# Looking for a long enough IDE cable for XBOX.



## Z_Slasher (Dec 21, 2015)

So, I modded my Original Xbox and I need a 80 pin IDE cable that is long enough to reach the CD drive and Harddrive. Where can I find long enough cables? I know it seems obvious, but all the cables I see are too short for the Xbox.


----------



## Jack_Sparrow (Dec 21, 2015)

Would one of these work??
http://www.newegg.com/IDE-Cables/SubCategory/ID-2818


----------



## bannana2 (Dec 21, 2015)

By a cheap ATX motherboard, take the cable you need, and then return said motherboard?  Tell the people that it didn't have as many USB ports as you'd liked it to have.  They won't think a thing of it and give your money back.


----------



## XDel (Jan 11, 2016)

Z_Slasher said:


> So, I modded my Original Xbox and I need a 80 pin IDE cable that is long enough to reach the CD drive and Harddrive. Where can I find long enough cables? I know it seems obvious, but all the cables I see are too short for the Xbox.




Try one of these

http://www.ebay.com/itm/18-80-Wire-...hash=item1a05578c1b:m:mko2JEWRNXJxM4OGRHYVmkg

or

http://www.ebay.com/itm/18-inch-Ult...487044?hash=item2eea2fa6c4:g:flwAAOSwyQtVxPPP

and of course this because those old IDE drives ain't cheap no more.
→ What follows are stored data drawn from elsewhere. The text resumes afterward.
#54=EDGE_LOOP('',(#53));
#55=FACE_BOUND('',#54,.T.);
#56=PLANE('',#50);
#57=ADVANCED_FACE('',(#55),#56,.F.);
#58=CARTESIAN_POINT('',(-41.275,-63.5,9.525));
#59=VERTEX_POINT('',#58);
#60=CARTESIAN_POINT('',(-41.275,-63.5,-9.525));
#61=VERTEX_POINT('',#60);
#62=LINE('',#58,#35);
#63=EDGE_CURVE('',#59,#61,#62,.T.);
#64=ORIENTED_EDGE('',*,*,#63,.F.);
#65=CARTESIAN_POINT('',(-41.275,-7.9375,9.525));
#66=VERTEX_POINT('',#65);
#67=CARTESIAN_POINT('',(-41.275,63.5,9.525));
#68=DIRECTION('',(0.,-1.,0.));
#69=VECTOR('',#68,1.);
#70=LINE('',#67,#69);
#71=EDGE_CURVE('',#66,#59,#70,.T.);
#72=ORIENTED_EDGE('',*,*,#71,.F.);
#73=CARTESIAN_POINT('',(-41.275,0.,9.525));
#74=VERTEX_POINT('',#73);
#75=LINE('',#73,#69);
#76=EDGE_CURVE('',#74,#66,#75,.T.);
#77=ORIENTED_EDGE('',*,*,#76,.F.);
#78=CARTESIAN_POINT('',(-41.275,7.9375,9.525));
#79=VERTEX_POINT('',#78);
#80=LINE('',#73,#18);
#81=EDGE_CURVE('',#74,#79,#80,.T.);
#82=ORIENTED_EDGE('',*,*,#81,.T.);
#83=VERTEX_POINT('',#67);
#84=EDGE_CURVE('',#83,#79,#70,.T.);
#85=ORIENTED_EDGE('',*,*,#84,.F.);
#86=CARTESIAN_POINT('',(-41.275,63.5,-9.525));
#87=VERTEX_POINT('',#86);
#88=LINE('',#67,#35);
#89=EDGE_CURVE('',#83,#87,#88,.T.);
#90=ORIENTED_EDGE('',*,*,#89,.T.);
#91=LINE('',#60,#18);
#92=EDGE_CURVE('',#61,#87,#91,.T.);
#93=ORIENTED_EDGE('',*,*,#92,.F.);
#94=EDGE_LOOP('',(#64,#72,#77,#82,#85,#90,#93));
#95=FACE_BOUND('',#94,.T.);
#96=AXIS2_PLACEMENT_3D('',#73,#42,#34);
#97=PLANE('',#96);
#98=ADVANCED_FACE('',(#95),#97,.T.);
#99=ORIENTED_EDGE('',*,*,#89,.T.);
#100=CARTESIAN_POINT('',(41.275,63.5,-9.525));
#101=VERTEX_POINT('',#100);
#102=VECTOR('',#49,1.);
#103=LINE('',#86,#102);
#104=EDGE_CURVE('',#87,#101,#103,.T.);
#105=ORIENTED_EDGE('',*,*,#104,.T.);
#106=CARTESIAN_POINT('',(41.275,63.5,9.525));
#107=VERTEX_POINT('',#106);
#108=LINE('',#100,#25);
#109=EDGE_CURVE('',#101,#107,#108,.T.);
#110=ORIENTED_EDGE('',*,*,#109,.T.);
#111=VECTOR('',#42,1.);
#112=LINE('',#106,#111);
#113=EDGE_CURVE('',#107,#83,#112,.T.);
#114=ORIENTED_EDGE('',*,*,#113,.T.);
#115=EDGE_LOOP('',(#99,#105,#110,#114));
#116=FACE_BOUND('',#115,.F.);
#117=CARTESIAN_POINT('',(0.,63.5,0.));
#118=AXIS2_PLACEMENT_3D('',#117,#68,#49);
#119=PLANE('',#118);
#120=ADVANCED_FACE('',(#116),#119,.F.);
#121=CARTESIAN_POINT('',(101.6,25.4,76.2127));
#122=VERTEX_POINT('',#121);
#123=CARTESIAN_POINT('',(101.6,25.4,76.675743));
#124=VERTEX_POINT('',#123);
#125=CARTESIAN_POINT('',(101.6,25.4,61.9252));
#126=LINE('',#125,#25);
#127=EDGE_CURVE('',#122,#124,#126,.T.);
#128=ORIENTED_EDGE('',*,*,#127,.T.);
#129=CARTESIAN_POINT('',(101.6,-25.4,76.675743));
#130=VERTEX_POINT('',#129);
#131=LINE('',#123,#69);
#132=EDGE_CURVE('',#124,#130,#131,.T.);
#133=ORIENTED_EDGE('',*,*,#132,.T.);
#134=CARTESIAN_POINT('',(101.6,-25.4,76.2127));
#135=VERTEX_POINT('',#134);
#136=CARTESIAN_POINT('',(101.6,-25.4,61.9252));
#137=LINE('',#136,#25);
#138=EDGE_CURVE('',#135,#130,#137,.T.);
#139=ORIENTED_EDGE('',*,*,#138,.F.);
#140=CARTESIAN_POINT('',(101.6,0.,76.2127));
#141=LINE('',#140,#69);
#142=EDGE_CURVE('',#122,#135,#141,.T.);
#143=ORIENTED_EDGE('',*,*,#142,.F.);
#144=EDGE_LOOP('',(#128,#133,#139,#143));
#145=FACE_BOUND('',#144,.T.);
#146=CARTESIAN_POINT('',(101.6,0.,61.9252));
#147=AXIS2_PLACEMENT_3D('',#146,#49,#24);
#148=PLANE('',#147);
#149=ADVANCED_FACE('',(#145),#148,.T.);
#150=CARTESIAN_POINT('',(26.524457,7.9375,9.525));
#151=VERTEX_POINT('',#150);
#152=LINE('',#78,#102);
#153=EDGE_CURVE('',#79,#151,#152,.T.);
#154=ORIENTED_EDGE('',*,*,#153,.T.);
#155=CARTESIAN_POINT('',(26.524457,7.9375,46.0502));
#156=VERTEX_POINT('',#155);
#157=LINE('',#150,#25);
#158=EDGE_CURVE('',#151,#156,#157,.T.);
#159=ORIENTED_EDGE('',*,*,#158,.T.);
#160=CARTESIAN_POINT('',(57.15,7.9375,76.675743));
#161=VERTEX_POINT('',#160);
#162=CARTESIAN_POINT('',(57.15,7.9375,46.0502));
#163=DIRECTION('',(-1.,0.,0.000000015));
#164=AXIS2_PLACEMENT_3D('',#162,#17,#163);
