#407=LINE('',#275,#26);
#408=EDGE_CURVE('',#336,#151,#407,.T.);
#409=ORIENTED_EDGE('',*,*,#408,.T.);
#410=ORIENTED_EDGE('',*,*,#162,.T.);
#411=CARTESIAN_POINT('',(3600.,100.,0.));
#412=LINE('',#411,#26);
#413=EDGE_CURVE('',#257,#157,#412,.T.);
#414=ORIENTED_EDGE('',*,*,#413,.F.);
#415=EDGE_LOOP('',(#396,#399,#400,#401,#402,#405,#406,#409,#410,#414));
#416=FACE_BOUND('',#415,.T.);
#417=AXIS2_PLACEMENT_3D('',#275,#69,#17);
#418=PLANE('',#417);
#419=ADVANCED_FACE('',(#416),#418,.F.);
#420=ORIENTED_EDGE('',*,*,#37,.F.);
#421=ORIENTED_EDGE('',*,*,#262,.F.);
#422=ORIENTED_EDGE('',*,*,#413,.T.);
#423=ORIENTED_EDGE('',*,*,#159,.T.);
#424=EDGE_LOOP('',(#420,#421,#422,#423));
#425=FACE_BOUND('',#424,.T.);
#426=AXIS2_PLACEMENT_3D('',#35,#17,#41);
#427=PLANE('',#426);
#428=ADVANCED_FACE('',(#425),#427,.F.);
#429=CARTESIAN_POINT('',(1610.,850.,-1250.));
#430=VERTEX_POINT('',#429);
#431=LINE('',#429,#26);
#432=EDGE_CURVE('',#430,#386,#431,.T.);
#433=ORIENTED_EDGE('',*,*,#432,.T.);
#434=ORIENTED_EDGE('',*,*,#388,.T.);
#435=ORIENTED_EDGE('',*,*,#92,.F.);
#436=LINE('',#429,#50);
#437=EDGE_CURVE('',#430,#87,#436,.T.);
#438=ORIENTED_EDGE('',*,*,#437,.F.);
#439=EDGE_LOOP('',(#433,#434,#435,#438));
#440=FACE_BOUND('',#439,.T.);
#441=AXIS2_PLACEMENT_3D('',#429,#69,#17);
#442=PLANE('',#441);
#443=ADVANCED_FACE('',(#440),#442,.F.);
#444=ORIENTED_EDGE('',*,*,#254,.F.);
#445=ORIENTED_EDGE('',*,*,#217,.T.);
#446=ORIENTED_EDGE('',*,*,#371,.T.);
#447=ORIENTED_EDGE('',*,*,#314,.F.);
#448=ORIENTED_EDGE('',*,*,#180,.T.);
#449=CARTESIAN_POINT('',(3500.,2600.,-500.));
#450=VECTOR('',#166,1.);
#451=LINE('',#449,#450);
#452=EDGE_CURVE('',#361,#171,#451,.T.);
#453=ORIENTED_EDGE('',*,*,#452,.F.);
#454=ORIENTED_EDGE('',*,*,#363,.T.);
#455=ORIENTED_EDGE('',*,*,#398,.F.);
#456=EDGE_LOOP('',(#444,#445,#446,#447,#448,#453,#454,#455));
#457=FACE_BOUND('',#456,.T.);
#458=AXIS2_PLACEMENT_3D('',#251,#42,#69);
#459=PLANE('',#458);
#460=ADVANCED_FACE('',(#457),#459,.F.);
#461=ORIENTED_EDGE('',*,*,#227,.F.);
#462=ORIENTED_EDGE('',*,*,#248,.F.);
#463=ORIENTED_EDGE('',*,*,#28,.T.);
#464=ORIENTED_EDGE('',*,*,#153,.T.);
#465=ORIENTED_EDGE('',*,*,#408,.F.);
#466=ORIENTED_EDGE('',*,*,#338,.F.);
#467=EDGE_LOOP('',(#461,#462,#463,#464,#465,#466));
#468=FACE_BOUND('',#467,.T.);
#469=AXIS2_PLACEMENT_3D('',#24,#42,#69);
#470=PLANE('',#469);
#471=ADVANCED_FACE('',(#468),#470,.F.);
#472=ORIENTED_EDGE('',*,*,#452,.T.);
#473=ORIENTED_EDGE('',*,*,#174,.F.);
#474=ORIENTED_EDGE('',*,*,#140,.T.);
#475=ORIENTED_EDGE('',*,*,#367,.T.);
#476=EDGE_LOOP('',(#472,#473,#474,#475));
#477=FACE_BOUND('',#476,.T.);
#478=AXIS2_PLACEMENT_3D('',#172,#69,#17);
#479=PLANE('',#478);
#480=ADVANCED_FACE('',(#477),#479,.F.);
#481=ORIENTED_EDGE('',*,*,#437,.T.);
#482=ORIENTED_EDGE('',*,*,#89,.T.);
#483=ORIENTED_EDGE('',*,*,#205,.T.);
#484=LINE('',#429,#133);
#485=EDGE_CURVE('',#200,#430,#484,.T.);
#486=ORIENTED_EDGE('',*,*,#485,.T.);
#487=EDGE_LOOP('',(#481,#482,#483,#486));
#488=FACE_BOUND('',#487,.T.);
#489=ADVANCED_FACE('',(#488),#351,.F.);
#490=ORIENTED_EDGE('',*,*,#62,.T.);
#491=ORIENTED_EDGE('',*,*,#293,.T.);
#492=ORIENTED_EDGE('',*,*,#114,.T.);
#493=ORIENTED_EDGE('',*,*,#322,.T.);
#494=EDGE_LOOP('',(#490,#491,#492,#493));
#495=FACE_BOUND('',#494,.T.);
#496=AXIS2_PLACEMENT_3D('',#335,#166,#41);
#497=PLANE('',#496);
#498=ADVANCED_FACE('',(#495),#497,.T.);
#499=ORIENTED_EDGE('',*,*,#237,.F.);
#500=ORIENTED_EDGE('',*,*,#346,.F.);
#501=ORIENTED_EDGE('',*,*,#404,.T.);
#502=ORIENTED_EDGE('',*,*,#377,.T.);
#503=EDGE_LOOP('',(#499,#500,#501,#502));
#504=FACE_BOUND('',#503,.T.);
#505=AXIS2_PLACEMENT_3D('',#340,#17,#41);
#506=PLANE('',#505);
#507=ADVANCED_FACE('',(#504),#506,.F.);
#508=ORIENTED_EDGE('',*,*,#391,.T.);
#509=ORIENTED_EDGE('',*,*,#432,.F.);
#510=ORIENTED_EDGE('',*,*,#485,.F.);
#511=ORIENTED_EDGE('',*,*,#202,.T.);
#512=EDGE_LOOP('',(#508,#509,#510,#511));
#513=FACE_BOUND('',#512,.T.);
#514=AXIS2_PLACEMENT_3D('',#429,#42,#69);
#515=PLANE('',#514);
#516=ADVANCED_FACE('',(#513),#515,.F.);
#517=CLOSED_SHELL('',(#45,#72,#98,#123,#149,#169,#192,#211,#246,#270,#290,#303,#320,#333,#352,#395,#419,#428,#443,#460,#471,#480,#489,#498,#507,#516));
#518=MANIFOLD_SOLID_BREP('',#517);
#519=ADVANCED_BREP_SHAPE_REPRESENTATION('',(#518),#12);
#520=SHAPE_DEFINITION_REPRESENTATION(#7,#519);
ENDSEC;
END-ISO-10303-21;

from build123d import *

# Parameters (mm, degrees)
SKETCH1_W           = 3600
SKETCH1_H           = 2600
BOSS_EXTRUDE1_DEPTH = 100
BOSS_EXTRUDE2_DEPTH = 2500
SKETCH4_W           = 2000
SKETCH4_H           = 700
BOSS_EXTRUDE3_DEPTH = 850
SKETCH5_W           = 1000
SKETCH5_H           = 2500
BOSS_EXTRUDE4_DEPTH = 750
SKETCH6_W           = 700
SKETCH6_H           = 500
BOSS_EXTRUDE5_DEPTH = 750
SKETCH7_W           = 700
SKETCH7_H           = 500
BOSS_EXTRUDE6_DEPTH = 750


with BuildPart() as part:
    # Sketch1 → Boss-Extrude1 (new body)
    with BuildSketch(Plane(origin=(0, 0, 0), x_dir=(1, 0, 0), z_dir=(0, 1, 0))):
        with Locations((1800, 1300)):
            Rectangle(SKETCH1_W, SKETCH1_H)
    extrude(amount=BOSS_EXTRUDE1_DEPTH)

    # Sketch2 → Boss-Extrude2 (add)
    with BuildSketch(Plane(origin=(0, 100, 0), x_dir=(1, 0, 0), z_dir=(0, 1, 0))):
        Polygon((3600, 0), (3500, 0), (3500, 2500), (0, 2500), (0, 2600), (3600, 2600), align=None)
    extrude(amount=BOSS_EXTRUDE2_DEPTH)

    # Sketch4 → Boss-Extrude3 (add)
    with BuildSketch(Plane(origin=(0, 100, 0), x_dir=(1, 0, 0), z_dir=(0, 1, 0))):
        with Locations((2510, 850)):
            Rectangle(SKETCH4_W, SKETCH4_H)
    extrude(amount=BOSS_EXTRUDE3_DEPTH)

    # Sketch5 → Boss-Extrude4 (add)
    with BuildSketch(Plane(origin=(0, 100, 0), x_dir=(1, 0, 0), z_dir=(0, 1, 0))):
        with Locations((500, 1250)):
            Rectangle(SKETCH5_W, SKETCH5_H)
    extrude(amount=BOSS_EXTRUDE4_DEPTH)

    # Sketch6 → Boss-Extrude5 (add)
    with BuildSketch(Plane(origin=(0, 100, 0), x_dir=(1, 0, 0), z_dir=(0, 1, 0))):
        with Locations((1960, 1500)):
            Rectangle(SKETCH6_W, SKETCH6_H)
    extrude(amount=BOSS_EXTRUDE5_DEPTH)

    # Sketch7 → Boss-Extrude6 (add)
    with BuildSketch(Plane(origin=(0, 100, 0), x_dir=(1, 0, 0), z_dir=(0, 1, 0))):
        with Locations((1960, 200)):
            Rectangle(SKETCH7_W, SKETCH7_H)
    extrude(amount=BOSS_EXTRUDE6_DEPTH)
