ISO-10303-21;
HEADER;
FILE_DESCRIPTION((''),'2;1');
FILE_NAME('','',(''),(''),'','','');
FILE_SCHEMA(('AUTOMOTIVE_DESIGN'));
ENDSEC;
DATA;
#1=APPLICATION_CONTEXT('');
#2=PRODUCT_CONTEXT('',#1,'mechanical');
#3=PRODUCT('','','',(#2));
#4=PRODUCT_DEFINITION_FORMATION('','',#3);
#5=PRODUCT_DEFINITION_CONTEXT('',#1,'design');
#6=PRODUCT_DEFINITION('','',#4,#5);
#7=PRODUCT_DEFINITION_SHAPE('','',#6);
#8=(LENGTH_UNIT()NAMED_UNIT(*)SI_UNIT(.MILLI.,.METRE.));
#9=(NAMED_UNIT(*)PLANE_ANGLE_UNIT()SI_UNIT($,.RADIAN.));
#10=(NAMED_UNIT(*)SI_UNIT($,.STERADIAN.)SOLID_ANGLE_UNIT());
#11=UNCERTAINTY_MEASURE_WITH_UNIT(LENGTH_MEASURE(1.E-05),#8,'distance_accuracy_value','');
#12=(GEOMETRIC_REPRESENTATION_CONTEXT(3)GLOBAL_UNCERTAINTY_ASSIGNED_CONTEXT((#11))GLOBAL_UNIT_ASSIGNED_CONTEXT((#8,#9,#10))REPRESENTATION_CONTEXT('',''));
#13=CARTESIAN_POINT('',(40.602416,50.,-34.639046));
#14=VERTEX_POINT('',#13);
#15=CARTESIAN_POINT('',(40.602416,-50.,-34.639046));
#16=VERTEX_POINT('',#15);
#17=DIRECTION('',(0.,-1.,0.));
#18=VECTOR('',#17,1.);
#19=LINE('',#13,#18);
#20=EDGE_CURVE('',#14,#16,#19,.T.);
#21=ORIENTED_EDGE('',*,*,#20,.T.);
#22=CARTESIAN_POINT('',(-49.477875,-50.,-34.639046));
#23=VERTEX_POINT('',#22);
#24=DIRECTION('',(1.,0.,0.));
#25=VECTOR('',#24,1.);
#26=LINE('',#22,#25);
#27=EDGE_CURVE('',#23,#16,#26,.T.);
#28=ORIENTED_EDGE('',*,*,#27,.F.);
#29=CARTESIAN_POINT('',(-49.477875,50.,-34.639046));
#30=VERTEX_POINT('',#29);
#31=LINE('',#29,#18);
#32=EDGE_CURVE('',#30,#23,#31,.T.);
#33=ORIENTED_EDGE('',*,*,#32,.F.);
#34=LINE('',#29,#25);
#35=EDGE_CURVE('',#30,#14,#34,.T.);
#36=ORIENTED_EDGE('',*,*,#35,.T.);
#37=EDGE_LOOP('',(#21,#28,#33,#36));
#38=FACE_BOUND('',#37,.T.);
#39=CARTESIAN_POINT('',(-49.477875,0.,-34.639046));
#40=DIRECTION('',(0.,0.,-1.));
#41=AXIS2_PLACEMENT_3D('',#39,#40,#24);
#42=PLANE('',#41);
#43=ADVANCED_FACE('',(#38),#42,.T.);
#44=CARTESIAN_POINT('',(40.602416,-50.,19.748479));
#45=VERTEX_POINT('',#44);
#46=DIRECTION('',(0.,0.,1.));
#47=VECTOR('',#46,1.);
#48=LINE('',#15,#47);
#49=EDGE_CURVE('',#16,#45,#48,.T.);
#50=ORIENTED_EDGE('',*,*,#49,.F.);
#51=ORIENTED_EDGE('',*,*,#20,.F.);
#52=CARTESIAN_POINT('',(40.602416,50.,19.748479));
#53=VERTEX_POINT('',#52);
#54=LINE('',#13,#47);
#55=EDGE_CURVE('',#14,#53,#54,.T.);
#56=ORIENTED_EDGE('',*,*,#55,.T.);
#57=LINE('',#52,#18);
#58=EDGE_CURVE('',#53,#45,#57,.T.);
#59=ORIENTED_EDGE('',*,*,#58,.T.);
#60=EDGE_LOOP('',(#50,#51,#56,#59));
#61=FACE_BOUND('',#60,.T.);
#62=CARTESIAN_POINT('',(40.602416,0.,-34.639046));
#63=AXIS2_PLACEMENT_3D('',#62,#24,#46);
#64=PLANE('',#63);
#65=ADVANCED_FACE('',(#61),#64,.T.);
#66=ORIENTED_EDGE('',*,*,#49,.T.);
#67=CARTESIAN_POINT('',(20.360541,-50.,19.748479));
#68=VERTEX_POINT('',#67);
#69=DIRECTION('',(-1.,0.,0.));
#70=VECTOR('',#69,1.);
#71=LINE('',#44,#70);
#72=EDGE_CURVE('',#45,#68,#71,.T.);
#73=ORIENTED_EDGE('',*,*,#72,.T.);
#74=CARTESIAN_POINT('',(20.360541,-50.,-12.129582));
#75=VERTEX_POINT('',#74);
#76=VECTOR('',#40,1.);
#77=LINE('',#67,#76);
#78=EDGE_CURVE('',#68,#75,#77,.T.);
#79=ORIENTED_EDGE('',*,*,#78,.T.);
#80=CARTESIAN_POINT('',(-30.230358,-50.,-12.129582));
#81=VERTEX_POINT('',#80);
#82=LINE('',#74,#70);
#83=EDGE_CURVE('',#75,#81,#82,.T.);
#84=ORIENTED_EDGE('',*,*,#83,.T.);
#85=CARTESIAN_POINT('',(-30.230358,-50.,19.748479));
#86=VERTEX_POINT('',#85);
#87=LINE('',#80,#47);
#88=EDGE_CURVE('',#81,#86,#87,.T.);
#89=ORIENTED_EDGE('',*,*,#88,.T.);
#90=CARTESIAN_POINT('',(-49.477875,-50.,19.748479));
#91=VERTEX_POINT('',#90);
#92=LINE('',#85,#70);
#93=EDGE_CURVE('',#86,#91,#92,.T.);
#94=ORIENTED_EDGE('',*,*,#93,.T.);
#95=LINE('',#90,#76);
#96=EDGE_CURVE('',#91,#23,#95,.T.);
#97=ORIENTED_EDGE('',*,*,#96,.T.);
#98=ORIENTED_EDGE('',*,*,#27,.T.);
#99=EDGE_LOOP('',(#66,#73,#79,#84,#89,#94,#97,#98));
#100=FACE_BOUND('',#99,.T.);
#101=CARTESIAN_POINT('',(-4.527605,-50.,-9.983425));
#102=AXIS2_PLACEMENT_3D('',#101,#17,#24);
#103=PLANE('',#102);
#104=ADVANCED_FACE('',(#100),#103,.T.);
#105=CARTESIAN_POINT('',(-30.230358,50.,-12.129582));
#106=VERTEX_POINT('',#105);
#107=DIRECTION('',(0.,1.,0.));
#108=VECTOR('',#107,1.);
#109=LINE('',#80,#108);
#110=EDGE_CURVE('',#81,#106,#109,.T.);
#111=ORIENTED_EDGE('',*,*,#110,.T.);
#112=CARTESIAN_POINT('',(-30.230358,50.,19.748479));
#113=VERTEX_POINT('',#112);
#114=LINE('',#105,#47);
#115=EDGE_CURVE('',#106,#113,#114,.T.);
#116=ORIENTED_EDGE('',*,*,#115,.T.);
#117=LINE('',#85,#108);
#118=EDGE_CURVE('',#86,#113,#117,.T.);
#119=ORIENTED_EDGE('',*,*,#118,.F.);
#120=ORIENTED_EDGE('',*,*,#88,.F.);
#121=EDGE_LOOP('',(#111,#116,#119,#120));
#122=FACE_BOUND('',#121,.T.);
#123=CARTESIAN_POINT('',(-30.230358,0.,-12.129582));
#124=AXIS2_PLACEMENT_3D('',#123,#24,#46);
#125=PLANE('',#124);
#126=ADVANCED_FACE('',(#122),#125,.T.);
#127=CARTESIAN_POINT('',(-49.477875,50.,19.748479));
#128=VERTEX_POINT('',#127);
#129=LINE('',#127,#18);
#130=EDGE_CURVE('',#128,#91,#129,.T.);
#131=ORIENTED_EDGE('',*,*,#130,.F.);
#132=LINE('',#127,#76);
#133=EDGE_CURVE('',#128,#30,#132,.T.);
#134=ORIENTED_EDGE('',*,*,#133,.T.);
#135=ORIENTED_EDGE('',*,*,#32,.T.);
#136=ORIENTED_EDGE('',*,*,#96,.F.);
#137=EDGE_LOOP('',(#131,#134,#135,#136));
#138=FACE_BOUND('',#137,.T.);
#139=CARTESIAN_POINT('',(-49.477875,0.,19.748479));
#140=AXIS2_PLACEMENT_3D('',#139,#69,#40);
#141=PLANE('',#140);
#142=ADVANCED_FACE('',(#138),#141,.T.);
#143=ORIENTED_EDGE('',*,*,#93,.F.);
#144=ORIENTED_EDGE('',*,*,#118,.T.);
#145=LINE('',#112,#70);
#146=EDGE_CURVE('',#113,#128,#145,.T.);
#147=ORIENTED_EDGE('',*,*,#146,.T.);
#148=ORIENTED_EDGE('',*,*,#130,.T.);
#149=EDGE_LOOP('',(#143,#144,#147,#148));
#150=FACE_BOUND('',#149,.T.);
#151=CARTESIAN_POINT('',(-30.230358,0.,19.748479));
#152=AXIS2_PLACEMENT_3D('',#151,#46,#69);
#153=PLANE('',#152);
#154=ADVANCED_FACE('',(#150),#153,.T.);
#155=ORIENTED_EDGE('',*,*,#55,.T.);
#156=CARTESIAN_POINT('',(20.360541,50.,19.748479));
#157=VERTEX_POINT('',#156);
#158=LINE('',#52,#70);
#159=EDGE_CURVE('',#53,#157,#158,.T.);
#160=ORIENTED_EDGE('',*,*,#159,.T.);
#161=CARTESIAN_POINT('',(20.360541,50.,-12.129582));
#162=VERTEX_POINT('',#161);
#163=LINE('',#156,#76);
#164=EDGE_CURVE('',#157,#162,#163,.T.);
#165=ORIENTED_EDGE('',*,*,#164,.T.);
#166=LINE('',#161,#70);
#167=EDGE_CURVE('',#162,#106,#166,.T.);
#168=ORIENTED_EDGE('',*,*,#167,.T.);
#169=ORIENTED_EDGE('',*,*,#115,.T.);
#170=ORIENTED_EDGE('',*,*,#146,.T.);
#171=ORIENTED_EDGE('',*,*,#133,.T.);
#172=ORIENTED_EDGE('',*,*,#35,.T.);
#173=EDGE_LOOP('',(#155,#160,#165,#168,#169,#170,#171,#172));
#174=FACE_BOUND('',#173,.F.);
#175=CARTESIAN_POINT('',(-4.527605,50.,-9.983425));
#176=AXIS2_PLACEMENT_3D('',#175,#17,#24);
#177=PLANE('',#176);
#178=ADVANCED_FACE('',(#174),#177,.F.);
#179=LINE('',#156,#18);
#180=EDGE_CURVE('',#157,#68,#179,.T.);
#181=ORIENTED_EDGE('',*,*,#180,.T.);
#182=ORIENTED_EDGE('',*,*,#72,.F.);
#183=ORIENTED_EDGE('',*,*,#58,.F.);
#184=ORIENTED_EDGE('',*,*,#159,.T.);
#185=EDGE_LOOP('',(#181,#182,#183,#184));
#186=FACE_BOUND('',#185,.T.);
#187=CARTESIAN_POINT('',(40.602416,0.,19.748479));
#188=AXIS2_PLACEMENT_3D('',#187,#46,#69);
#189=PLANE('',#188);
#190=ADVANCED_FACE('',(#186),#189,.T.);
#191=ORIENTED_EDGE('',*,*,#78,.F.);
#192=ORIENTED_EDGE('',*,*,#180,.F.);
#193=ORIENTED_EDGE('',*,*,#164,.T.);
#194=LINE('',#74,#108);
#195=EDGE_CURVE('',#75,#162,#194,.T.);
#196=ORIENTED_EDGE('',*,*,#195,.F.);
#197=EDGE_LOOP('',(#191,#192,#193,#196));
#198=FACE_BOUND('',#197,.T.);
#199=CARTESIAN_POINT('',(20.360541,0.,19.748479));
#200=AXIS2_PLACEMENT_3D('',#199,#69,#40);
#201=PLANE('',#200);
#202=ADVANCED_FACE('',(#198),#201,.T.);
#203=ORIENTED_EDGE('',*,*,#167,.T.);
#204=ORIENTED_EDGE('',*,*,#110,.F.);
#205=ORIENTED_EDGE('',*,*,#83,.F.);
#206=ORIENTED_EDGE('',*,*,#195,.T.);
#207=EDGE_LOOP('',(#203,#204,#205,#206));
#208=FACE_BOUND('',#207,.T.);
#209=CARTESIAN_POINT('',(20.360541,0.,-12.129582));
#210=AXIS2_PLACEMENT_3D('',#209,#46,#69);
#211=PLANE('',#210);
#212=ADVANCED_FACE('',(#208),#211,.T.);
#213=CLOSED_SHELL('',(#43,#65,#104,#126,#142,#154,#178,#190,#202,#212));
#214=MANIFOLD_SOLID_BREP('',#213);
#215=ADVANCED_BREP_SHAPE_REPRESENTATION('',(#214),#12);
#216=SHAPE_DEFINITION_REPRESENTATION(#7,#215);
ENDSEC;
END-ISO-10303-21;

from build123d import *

# Parameters (mm, degrees)
F1_DEPTH      = 50
F1_DEPTH_BACK = 50


with BuildPart() as f1:
    # F0 (on Front) → F1 (new body, two sides)
    with BuildSketch(Plane.XZ) as f1_sk:
        Polygon((-30.230358, 19.748479), (-49.477875, 19.748479), (-49.477875, -34.639046), (40.602416, -34.639046), (40.602416, 19.748479), (20.360541, 19.748479), (20.360541, -12.129582), (-30.230358, -12.129582), align=None)
    extrude(amount=F1_DEPTH)
    extrude(f1_sk.sketch, amount=-F1_DEPTH_BACK)


solid = f1.part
http://www.ebay.com/itm/221850003604?_trksid=p2057872.m2749.l2649&ssPageName=STRK:MEBIDX:IT


----------



## 05sonicblue (Jan 22, 2016)

I recently put a 3TB SATA in my xbox and had to replace the cable with a 80 pin one for the adapter to work. This is the one I got and it was plenty long enough. 

http://www.amazon.com/gp/product/B000067SNX?psc=1&redirect=true&ref_=oh_aui_detailpage_o00_s00


----------